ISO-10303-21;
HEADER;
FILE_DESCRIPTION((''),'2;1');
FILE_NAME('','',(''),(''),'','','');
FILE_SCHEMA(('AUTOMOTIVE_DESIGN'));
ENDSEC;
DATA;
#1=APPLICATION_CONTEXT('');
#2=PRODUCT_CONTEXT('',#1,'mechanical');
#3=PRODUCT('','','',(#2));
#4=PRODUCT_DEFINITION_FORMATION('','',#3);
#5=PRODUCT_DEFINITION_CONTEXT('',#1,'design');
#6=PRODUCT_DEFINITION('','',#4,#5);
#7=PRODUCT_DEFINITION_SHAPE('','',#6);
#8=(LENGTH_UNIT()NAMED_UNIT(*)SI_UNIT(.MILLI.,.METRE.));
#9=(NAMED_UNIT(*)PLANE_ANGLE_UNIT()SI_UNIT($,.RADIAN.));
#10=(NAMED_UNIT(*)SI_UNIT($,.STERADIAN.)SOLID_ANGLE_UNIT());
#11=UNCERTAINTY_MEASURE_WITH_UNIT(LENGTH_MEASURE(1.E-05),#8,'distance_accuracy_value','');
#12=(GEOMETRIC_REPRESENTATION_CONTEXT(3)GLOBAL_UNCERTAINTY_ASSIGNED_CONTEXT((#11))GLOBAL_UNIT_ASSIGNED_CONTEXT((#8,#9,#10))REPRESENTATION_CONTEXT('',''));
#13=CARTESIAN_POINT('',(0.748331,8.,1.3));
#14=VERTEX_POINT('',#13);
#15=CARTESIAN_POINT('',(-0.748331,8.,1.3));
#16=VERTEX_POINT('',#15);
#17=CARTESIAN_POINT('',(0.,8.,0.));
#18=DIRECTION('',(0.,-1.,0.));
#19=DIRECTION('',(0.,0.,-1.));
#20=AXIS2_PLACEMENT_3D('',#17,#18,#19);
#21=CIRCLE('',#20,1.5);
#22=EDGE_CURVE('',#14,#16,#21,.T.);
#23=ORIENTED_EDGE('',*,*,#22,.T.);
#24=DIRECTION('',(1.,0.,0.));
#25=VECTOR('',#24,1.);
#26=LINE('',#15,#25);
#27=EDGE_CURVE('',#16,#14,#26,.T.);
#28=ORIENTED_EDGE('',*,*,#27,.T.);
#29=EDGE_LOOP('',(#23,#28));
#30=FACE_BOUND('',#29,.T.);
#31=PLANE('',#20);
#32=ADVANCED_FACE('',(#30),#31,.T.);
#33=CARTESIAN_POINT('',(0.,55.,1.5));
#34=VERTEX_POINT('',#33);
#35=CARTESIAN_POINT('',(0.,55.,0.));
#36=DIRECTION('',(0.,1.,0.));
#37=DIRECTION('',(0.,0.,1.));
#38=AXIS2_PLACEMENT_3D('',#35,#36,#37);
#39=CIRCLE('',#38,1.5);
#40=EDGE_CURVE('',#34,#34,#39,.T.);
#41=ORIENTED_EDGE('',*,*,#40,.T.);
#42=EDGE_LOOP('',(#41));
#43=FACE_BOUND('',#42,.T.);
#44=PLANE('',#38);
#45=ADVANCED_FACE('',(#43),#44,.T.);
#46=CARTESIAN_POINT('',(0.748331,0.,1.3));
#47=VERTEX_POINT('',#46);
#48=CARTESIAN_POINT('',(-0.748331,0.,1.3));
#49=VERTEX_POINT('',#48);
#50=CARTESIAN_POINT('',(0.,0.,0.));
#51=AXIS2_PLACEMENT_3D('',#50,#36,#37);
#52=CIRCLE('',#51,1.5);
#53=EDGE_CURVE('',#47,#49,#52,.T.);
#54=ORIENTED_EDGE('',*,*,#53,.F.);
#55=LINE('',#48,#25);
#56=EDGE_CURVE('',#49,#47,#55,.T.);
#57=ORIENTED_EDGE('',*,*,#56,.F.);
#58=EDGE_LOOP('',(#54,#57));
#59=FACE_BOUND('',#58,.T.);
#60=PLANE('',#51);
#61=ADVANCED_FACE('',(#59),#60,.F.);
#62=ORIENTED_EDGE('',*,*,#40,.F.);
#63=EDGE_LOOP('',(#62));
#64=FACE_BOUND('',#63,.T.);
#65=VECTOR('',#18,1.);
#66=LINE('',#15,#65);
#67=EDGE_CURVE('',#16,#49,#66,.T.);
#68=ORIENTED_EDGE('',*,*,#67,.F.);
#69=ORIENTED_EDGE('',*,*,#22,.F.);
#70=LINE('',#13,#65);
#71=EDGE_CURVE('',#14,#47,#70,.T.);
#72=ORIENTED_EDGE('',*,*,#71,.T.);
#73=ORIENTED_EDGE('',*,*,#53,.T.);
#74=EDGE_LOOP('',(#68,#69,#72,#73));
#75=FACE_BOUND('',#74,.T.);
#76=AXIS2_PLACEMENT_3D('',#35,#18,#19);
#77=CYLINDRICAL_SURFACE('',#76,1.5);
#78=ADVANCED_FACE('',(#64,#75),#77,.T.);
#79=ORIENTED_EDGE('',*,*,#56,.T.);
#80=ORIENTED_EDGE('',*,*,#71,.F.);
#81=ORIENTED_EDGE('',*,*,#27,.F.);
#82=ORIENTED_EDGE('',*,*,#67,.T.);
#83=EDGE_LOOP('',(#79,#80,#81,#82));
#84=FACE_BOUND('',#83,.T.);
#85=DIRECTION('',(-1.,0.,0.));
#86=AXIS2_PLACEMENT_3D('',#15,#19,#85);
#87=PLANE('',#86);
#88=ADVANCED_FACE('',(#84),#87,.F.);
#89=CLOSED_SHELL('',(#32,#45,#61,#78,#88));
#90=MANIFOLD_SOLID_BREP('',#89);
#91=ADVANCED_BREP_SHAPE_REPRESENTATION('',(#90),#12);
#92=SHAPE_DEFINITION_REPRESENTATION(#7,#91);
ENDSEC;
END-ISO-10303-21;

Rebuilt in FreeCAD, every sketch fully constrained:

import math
import FreeCAD as App
import Part
import Sketcher

V = App.Vector

doc = App.newDocument("Part")
body = doc.addObject("PartDesign::Body", "Body")

# Sketch on XZ plane
sketch1 = doc.addObject("Sketcher::SketchObject", "Sketch")
body.addObject(sketch1)
sketch1.AttachmentSupport = (doc.XZ_Plane, [""])
sketch1.MapMode = "FlatFace"
sketch1.addGeometry(Part.Circle(V(0, 0, 0), V(0, 0, 1), 1.5), False)
sketch1.addConstraint([
    Sketcher.Constraint("Coincident", 0, 3, -1, 1),
    Sketcher.Constraint("Diameter", 0, 3.0),
])
pad1 = doc.addObject("PartDesign::Pad", "Pad")
body.addObject(pad1)
pad1.Profile = sketch1
pad1.Length = 55
pad1.Reversed = True

# Sketch on XZ plane
sketch2 = doc.addObject("Sketcher::SketchObject", "Sketch001")
body.addObject(sketch2)
sketch2.AttachmentSupport = (doc.XZ_Plane, [""])
sketch2.MapMode = "FlatFace"
sketch2.addGeometry([
    Part.LineSegment(V(-0.7, 1.3, 0), V(0.7, 1.3, 0)),
    Part.ArcOfCircle(Part.Circle(V(0, 0, 0), V(0, 0, 1), 1.5), math.radians(60), math.radians(120)),
], False)
sketch2.addConstraint([
    Sketcher.Constraint("Coincident", 0, 1, 1, 2),
    Sketcher.Constraint("Coincident", 1, 1, 0, 2),
    Sketcher.Constraint("Horizontal", 0),
    Sketcher.Constraint("Coincident", 1, 3, -1, 1),
    Sketcher.Constraint("Radius", 1, 1.5),
    Sketcher.Constraint("DistanceY", -1, 1, 0, 1, 1.3),
])
pocket1 = doc.addObject("PartDesign::Pocket", "Pocket")
body.addObject(pocket1)
pocket1.Profile = sketch2
pocket1.Length = 8

doc.recompute()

■ ■ ■ ■ ■ ■ ■

» Action item: In the data above, retype exactly and only the lines between the one holding "#45=ADVANCED_FACE('',(#43),#44,.T.);" and the one holding "#55=LINE('',#48,#25);", inclusive.

» Your response:
#45=ADVANCED_FACE('',(#43),#44,.T.);
#46=CARTESIAN_POINT('',(0.748331,0.,1.3));
#47=VERTEX_POINT('',#46);
#48=CARTESIAN_POINT('',(-0.748331,0.,1.3));
#49=VERTEX_POINT('',#48);
#50=CARTESIAN_POINT('',(0.,0.,0.));
#51=AXIS2_PLACEMENT_3D('',#50,#36,#37);
#52=CIRCLE('',#51,1.5);
#53=EDGE_CURVE('',#47,#49,#52,.T.);
#54=ORIENTED_EDGE('',*,*,#53,.F.);
#55=LINE('',#48,#25);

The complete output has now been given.